Приежжают во город-от во Киев-от
Ко тому-де ко князю да ко Владимеру —
Начели они пир да чесну сваёбку
У того-й у князя да-й у Владимера
Да со тою Опраксией-королевнисьней.
Ишше все на пиру да пьяны-весёлы,
Ишше все на сваёбки росхвастались:
А да бог̇атой-от хвастат золотой казной,
А да сильной-от хвастат своей силою,
А да наезницёк хвастаёт добрым конём,
А ишше глуп-от хвастаёт молодой женой,
Неразумной-от хвастаёт родной сёстрой,
Ишше умной-от хвастат старой маменькой.
А ишше тут же Настасьюшка захвасталась:
«Уж ты ой еси, Дунай да сын Ивановиць!
Когда жил ты у нас у батюшка родимово,
Мы стреляли ли с тобой во меточку во польскую
Да простреливали колецюшко золочёное, —
А ты-де, Дунаюшко, попадать не мог,
А я-де простреливала колецюш[к]о золочёное!»

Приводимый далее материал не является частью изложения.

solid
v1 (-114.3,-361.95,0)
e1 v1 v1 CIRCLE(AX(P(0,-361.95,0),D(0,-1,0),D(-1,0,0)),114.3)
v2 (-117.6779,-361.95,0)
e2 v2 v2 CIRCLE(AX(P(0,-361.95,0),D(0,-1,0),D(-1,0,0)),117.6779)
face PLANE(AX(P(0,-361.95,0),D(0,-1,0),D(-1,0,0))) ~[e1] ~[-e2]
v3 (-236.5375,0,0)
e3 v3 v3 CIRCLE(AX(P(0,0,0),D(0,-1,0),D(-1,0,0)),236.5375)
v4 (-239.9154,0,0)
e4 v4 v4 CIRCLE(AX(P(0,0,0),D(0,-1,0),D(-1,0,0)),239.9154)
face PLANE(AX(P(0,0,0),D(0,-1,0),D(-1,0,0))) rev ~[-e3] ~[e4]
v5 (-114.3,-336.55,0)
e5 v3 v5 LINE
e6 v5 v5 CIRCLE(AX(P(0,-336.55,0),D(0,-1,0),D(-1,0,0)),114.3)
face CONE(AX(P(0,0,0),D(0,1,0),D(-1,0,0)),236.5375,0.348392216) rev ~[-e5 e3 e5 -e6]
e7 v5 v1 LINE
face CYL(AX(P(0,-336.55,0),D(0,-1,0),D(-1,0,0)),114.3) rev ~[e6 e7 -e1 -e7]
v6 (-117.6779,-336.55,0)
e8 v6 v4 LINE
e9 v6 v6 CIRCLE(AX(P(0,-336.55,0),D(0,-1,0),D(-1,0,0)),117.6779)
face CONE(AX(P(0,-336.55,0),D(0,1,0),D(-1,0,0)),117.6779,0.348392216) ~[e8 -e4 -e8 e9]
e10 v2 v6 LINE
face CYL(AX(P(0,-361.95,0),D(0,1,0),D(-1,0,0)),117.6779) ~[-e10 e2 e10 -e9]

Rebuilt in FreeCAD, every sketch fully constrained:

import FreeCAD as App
import Part
import Sketcher

V = App.Vector
Q = App.Units.Quantity

doc = App.newDocument("Part")
body = doc.addObject("PartDesign::Body", "Body")

# Sketch on XY plane
sketch1 = body.newObject("Sketcher::SketchObject", "Sketch")
sketch1.AttachmentSupport = (doc.getObject("XY_Plane"), [""])
sketch1.MapMode = "FlatFace"
sketch1.addGeometry([
    Part.LineSegment(V(-236.5, 0, 0), V(-239.9, 0, 0)),  # 0
    Part.LineSegment(V(-239.9, 0, 0), V(-117.7, -336.6, 0)),  # 1
    Part.LineSegment(V(-117.7, -336.6, 0), V(-117.7, -361.9, 0)),  # 2
    Part.LineSegment(V(-117.7, -361.9, 0), V(-114.3, -361.9, 0)),  # 3
    Part.LineSegment(V(-114.3, -361.9, 0), V(-114.3, -336.6, 0)),  # 4
    Part.LineSegment(V(-114.3, -336.6, 0), V(-236.5, 0, 0)),  # 5
], False)
sketch1.addConstraint([
    Sketcher.Constraint("Coincident", 0, 2, 1, 1),
    Sketcher.Constraint("Coincident", 1, 2, 2, 1),
    Sketcher.Constraint("Coincident", 2, 2, 3, 1),
    Sketcher.Constraint("Coincident", 3, 2, 4, 1),
    Sketcher.Constraint("Coincident", 4, 2, 5, 1),
    Sketcher.Constraint("Coincident", 5, 2, 0, 1),
    Sketcher.Constraint("Horizontal", 0),
    Sketcher.Constraint("Vertical", 2),
    Sketcher.Constraint("Horizontal", 3),
    Sketcher.Constraint("Vertical", 4),
    Sketcher.Constraint("PointOnObject", 0, 2, -1),
    Sketcher.Constraint("Parallel", 1, 5),
    Sketcher.Constraint("Horizontal", 1, 2, 4, 2),
    Sketcher.Constraint("DistanceY", 2, 2, 2, 1, Q("1 in")),
    Sketcher.Constraint("DistanceX", 3, 2, -1, 1, Q("4.5 in")),
    Sketcher.Constraint("DistanceY", 2, 2, -1, 1, Q("14.25 in")),
    Sketcher.Constraint("DistanceX", 5, 2, -1, 1, Q("9.3125 in")),
    Sketcher.Constraint("DistanceX", 0, 2, 0, 1, Q("0.133 in")),
])
revolution = body.newObject("PartDesign::Revolution", "Revolution")
revolution.Profile = sketch1
revolution.ReferenceAxis = (sketch1, ["V_Axis"])
revolution.Angle = 360

doc.recompute()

За беду палось Дунаюш[к]у за великую,
За велику за досаду показалосе:
«Уж ты ой еси, Настасья да королевнисьня!
Мы поедём-де с тобой да во чисто полё,
Мы поедём-де с тобой да всё потешицсэ,
А своима-де луками да пострелятися!»
Отправлялисе оне да во чисто полё.
Говорыл-де Дунай да сын Иванович:
«Уж ты ой еси, Настасья да королевнисьня!
Я поло́жу тебе-де золочон перстень,
Положу я тебе-де на твою г̇лаву;
Да прострелю я стрелоцьку калёную
Сквозь етот-де перстень золочонои!»
Говорыт-де Настасья да королевницьня:
«Уж ты ой еси, Дунай да сын Иванович!
Как застрелишь ты меня, да красну девицю —
Ишше есь у мня в утробы да всё два отрока!»

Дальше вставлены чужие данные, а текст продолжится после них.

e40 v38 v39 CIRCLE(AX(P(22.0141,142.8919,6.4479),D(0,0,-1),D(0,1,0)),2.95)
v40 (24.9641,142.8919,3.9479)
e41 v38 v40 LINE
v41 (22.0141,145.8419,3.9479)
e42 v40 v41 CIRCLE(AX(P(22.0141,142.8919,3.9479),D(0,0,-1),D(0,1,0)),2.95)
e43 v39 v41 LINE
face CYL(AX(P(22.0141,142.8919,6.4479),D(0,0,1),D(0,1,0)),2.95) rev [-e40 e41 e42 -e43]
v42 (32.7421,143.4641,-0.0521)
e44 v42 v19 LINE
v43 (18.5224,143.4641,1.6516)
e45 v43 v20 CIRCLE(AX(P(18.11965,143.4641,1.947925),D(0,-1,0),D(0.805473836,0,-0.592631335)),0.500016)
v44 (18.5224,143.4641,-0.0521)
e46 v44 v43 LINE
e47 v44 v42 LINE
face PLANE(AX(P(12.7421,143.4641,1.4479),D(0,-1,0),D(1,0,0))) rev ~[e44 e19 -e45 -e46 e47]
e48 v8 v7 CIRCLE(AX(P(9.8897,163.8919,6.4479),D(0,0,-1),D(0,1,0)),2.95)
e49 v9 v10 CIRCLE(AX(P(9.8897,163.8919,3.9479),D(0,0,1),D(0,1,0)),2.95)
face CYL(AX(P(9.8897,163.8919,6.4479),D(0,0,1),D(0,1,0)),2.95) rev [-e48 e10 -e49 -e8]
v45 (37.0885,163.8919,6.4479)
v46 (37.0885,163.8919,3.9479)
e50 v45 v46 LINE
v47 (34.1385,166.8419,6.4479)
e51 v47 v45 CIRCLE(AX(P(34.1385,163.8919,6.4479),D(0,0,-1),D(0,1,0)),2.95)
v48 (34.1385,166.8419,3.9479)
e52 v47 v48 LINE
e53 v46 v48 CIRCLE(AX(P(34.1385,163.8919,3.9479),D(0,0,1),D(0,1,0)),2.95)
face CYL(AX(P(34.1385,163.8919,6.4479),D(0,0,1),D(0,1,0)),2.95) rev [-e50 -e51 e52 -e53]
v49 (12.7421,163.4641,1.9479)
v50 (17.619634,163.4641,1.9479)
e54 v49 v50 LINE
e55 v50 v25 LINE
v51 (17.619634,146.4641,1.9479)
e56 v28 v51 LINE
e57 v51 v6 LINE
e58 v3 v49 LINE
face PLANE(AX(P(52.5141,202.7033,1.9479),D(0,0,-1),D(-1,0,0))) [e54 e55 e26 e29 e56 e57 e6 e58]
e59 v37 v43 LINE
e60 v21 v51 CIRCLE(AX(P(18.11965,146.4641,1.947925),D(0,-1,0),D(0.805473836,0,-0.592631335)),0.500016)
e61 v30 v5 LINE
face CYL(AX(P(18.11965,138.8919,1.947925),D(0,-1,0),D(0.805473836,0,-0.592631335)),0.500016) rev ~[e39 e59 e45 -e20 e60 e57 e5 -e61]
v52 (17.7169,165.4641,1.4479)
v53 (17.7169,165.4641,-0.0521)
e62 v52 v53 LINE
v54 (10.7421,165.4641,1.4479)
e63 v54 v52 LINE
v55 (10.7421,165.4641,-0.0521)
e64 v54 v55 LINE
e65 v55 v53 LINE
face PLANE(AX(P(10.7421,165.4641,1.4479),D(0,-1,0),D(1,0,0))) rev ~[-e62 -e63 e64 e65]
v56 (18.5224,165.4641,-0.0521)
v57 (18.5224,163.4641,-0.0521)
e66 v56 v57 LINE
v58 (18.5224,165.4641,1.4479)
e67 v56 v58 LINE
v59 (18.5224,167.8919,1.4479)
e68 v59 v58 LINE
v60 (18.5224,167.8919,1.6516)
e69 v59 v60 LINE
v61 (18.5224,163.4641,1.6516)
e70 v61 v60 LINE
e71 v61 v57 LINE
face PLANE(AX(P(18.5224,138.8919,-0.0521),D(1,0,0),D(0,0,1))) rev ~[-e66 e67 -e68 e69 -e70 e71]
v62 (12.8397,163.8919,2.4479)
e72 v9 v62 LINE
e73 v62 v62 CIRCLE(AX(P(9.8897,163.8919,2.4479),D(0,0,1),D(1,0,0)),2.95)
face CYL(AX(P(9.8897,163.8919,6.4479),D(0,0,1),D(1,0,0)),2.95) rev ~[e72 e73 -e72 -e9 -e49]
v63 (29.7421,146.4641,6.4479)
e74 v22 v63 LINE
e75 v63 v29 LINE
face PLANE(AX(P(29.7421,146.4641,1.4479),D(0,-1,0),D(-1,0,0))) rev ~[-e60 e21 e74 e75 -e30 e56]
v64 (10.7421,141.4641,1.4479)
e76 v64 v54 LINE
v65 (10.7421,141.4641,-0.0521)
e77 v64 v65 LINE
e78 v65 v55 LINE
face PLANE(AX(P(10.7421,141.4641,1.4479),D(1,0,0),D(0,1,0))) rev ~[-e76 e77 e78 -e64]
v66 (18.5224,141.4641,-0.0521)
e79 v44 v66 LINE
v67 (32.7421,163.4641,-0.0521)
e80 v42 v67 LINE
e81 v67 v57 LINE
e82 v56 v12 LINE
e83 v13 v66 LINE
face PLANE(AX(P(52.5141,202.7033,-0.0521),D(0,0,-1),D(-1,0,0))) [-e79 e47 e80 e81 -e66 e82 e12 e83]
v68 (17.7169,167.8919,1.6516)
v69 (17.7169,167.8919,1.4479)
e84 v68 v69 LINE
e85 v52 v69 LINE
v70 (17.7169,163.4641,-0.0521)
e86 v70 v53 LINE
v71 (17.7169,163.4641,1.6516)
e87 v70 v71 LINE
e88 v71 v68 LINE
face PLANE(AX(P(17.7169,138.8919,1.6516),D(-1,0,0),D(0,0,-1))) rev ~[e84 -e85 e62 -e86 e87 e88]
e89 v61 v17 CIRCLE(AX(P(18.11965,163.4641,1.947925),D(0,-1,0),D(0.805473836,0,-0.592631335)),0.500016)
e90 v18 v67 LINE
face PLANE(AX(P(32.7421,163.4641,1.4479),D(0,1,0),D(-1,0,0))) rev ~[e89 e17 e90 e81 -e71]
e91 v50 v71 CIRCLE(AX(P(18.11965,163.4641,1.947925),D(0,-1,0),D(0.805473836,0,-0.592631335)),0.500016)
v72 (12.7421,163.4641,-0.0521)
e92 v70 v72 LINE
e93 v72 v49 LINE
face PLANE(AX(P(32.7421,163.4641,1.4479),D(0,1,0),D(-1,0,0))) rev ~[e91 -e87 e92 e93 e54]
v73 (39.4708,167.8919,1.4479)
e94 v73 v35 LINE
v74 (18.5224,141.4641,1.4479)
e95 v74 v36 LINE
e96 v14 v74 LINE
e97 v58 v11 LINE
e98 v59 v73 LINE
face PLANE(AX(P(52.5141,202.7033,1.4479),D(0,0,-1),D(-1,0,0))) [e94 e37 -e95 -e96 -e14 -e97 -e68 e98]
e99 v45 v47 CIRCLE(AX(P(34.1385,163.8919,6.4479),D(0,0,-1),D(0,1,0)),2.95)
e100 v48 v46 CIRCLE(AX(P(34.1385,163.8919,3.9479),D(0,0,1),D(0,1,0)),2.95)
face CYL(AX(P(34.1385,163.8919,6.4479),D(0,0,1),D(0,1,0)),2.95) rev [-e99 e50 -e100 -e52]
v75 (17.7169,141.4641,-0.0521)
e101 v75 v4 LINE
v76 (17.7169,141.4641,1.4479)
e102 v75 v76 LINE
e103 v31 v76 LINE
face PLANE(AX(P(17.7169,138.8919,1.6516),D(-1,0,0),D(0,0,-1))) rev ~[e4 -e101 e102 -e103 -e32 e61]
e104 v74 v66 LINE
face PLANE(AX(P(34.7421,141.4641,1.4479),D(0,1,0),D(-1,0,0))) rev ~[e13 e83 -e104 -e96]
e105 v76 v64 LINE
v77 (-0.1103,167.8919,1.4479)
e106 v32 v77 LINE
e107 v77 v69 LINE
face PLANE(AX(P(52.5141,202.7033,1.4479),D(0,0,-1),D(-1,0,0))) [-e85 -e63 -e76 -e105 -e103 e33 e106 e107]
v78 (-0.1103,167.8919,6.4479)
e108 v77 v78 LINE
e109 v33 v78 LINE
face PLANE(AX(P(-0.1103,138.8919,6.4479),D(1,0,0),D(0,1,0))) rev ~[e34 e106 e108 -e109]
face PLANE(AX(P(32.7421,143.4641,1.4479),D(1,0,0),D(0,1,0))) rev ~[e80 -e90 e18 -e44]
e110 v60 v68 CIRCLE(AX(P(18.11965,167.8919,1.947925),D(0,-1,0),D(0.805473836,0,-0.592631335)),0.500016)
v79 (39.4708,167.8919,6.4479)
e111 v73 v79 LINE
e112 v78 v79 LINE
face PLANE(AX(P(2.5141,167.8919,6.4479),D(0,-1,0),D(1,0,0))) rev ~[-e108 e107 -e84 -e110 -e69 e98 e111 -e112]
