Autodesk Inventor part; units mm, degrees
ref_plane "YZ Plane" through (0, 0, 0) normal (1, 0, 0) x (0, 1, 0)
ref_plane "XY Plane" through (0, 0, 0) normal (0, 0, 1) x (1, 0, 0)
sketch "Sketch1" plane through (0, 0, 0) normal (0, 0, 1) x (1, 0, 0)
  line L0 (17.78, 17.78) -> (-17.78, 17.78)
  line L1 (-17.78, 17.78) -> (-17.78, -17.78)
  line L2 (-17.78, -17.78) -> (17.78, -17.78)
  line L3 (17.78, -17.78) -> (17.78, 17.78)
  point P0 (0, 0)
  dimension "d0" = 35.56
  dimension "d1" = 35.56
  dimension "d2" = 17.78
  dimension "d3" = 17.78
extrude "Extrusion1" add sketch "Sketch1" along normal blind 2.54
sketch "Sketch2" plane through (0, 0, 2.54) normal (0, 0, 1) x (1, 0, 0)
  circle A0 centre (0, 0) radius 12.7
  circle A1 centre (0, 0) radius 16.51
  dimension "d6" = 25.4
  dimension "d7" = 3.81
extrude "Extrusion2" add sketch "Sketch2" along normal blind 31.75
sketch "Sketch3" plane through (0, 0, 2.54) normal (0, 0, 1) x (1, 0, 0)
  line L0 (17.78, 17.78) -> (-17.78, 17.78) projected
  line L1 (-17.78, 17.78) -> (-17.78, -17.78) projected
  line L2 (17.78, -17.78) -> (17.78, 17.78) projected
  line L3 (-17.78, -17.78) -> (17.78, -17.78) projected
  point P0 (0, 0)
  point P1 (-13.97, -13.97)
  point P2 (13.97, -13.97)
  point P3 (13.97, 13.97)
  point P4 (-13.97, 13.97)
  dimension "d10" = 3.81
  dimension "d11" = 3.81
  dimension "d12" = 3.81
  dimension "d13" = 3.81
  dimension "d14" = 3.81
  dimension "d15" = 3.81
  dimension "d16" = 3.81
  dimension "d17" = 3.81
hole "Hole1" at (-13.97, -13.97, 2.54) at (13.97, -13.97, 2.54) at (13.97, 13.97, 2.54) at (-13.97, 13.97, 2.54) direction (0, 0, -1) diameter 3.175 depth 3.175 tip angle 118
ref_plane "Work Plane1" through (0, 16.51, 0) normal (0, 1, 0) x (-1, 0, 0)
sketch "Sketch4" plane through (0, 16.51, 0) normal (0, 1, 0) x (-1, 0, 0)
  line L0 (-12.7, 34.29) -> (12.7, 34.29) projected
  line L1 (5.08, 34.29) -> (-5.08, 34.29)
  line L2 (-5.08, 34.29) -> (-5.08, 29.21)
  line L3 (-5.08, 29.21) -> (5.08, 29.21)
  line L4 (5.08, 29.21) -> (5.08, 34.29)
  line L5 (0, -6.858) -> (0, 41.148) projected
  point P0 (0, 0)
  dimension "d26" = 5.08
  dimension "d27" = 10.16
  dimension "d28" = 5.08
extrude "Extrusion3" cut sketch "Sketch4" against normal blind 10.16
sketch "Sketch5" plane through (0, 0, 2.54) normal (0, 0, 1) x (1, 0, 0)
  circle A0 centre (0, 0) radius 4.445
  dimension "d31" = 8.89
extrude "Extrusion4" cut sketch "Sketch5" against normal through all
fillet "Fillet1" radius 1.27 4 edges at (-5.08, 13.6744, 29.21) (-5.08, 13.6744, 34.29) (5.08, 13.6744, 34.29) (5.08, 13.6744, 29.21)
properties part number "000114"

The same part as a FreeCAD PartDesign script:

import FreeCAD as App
import Part
import Sketcher
Q = App.Units.Quantity


def edges_at(feature, points):
    """Names of the edges that pass closest to the given points."""
    edges = feature.Shape.Edges
    near = lambda p: min(range(len(edges)), key=lambda i: edges[i].distToShape(Part.Vertex(*p))[0])
    return sorted({f"Edge{near(p) + 1}" for p in points})


def add_polygon(sketch, points):
    """Adds a closed chain of lines whose ends are joined by coincident constraints."""
    first, n = sketch.GeometryCount, len(points)
    for a, b in zip(points, points[1:] + points[:1]):
        sketch.addGeometry(Part.LineSegment(App.Vector(*a, 0), App.Vector(*b, 0)), False)
    for i in range(n):
        sketch.addConstraint(Sketcher.Constraint("Coincident", first + i, 2, first + (i + 1) % n, 1))

doc = App.newDocument("Part")
body = doc.addObject("PartDesign::Body", "Body")

# Sketch on XY plane
sketch1 = body.newObject("Sketcher::SketchObject", "Sketch")
sketch1.AttachmentSupport = (doc.getObject("XY_Plane"), [""])
sketch1.MapMode = "FlatFace"
add_polygon(sketch1, [(18, -18), (18, 18), (-18, 18), (-18, -18)])  # lines 0-3
sketch1.addConstraint([
    Sketcher.Constraint("Vertical", 0),
    Sketcher.Constraint("Horizontal", 1),
    Sketcher.Constraint("Vertical", 2),
    Sketcher.Constraint("Horizontal", 3),
    Sketcher.Constraint("Symmetric", 0, 2, 2, 2, -1, 1),
    Sketcher.Constraint("Equal", 3, 0),
    Sketcher.Constraint("DistanceX", 1, 2, 1, 1, Q("1.4 in")),
])
pad1 = body.newObject("PartDesign::Pad", "Pad")
pad1.Profile = sketch1
pad1.Length = Q("0.1 in")

# Sketch on XY plane
sketch2 = body.newObject("Sketcher::SketchObject", "Sketch001")
sketch2.AttachmentSupport = (doc.getObject("XY_Plane"), [""])
sketch2.MapMode = "FlatFace"
sketch2.AttachmentOffset = App.Placement(App.Vector(0, 0, 0.1 * 25.4), App.Rotation())
sketch2.addGeometry([
    Part.Circle(App.Vector(0, 0, 0), App.Vector(0, 0, 1), 17),
    Part.Circle(App.Vector(0, 0, 0), App.Vector(0, 0, 1), 13),
], False)
sketch2.addConstraint([
    Sketcher.Constraint("Coincident", 0, 3, -1, 1),
    Sketcher.Constraint("Coincident", 1, 3, -1, 1),
    Sketcher.Constraint("Diameter", 1, Q("1 in")),
    Sketcher.Constraint("Diameter", 0, Q("1.3 in")),
])
pad2 = body.newObject("PartDesign::Pad", "Pad001")
pad2.Profile = sketch2
pad2.Length = Q("1.25 in")

# Sketch on XY plane
sketch3 = body.newObject("Sketcher::SketchObject", "Sketch002")
sketch3.AttachmentSupport = (doc.getObject("XY_Plane"), [""])
sketch3.MapMode = "FlatFace"
sketch3.AttachmentOffset = App.Placement(App.Vector(0, 0, 0.1 * 25.4), App.Rotation())
sketch3.addGeometry([
    Part.Circle(App.Vector(-14, -14, 0), App.Vector(0, 0, 1), 1.6),
    Part.Circle(App.Vector(14, -14, 0), App.Vector(0, 0, 1), 1.6),
    Part.Circle(App.Vector(14, 14, 0), App.Vector(0, 0, 1), 1.6),
    Part.Circle(App.Vector(-14, 14, 0), App.Vector(0, 0, 1), 1.6),
], False)
sketch3.addConstraint([
    Sketcher.Constraint("Equal", 0, 1),
    Sketcher.Constraint("Equal", 1, 2),
    Sketcher.Constraint("Equal", 2, 3),
    Sketcher.Constraint("Symmetric", 0, 3, 2, 3, -1, 1),
    Sketcher.Constraint("Symmetric", 1, 3, 3, 3, -1, 1),
    Sketcher.Constraint("Symmetric", 0, 3, 1, 3, -2),
    Sketcher.Constraint("Diameter", 0, Q("0.125 in")),
    Sketcher.Constraint("DistanceX", 0, 3, 1, 3, Q("1.1 in")),
    Sketcher.Constraint("DistanceY", 1, 3, 2, 3, Q("1.1 in")),
])
doc.recompute()
hole = body.newObject("PartDesign::Hole", "Hole")
hole.Profile = sketch3
hole.ThreadType = "None"
hole.Diameter = Q("0.125 in")
hole.DepthType = "Dimension"
hole.Depth = Q("0.125 in")
hole.DrillPoint = "Angled"
hole.DrillPointAngle = 118

# Sketch on XZ plane
sketch4 = body.newObject("Sketcher::SketchObject", "Sketch003")
sketch4.AttachmentSupport = (doc.getObject("XZ_Plane"), [""])
sketch4.MapMode = "FlatFace"
sketch4.AttachmentOffset = App.Placement(App.Vector(0, 0, -0.65 * 25.4), App.Rotation())
add_polygon(sketch4, [(5, 34), (5, 29), (-5, 29), (-5, 34)])  # lines 0-3
sketch4.addConstraint([
    Sketcher.Constraint("Vertical", 0),
    Sketcher.Constraint("Horizontal", 1),
    Sketcher.Constraint("Vertical", 2),
    Sketcher.Constraint("Horizontal", 3),
    Sketcher.Constraint("DistanceX", 1, 2, 1, 1, Q("0.4 in")),
    Sketcher.Constraint("DistanceY", 0, 2, 0, 1, Q("0.2 in")),
    Sketcher.Constraint("DistanceX", -1, 1, 0, 2, Q("0.2 in")),
    Sketcher.Constraint("DistanceY", -1, 1, 0, 2, Q("1.15 in")),
])
pocket1 = body.newObject("PartDesign::Pocket", "Pocket")
pocket1.Profile = sketch4
pocket1.Length = Q("0.4 in")
pocket1.Reversed = True

# Sketch on XY plane
sketch5 = body.newObject("Sketcher::SketchObject", "Sketch004")
sketch5.AttachmentSupport = (doc.getObject("XY_Plane"), [""])
sketch5.MapMode = "FlatFace"
sketch5.AttachmentOffset = App.Placement(App.Vector(0, 0, 0.1 * 25.4), App.Rotation())
sketch5.addGeometry(Part.Circle(App.Vector(0, 0, 0), App.Vector(0, 0, 1), 4.4), False)
sketch5.addConstraint([
    Sketcher.Constraint("Coincident", 0, 3, -1, 1),
    Sketcher.Constraint("Diameter", 0, Q("0.35 in")),
])
pocket2 = body.newObject("PartDesign::Pocket", "Pocket001")
pocket2.Profile = sketch5
pocket2.Type = "ThroughAll"
doc.recompute()

fillet = body.newObject("PartDesign::Fillet", "Fillet")
fillet.Base = (pocket2, edges_at(pocket2, [
    (-5.08, 13.674, 29.21),
    (-5.08, 13.674, 34.29),
    (5.08, 13.674, 34.29),
    (5.08, 13.674, 29.21),
]))
fillet.Radius = Q("0.05 in")

doc.recompute()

А да стрелял-де Дунай да сын Ивановиц:
А первую стрелу стрелил — да он не дострелил,
А да вторую стрелу стрелил — да он перестрелил,
А да третьюю стрелу стрелил — да во Настасьюшку:
Как попало-де Настасьюш[к]и в ретиво серьцё,
Да застрелил-де Настасьюш[к]у всё он до смерти...
Вынимал-де Дунаюшко саблю вострую,
Да ростегивал Дунаюшко латушки кольцюжныя
365У той-де Настасьи да королевнисьны,
А роспорол-де-й у Настасьи да груди белыя,
Посмотрел-де у Настасьи да ретиво серцо:
У Настасьюшки в утробы да всё два отрока.
За беду пало Дунаюшку за великую,
За велику за досаду да показалосе;
Пожалел-де Дунаюшко двух отроков,
Да двух сыновьей да ёму кровныех.
Скакал-де Дунаюшко на добра коня,
А брал-де копьё да долгомерноё,
Ише брал-де копьё да во праву руку,
Ише брал-де копьё да он вострым концом;
Да скакал-де Дунаюшко на востро копьё —
Закололса Дунаюшко на востром копье...
Ишше тут-де Дунаюшку славы поют.
(Зап. А. Д. Григорьевым 18 июля 1901 г.: д. Ти́мшелье <Дорогорской вол.> — от Рычкова Степана Васильевича, ок. 50 лет.)
Архангельские былины и исторические песни, собранные А. Д. Григорьевым в 1899—1901 гг. Т. 3: Мезень. СПб., 1910.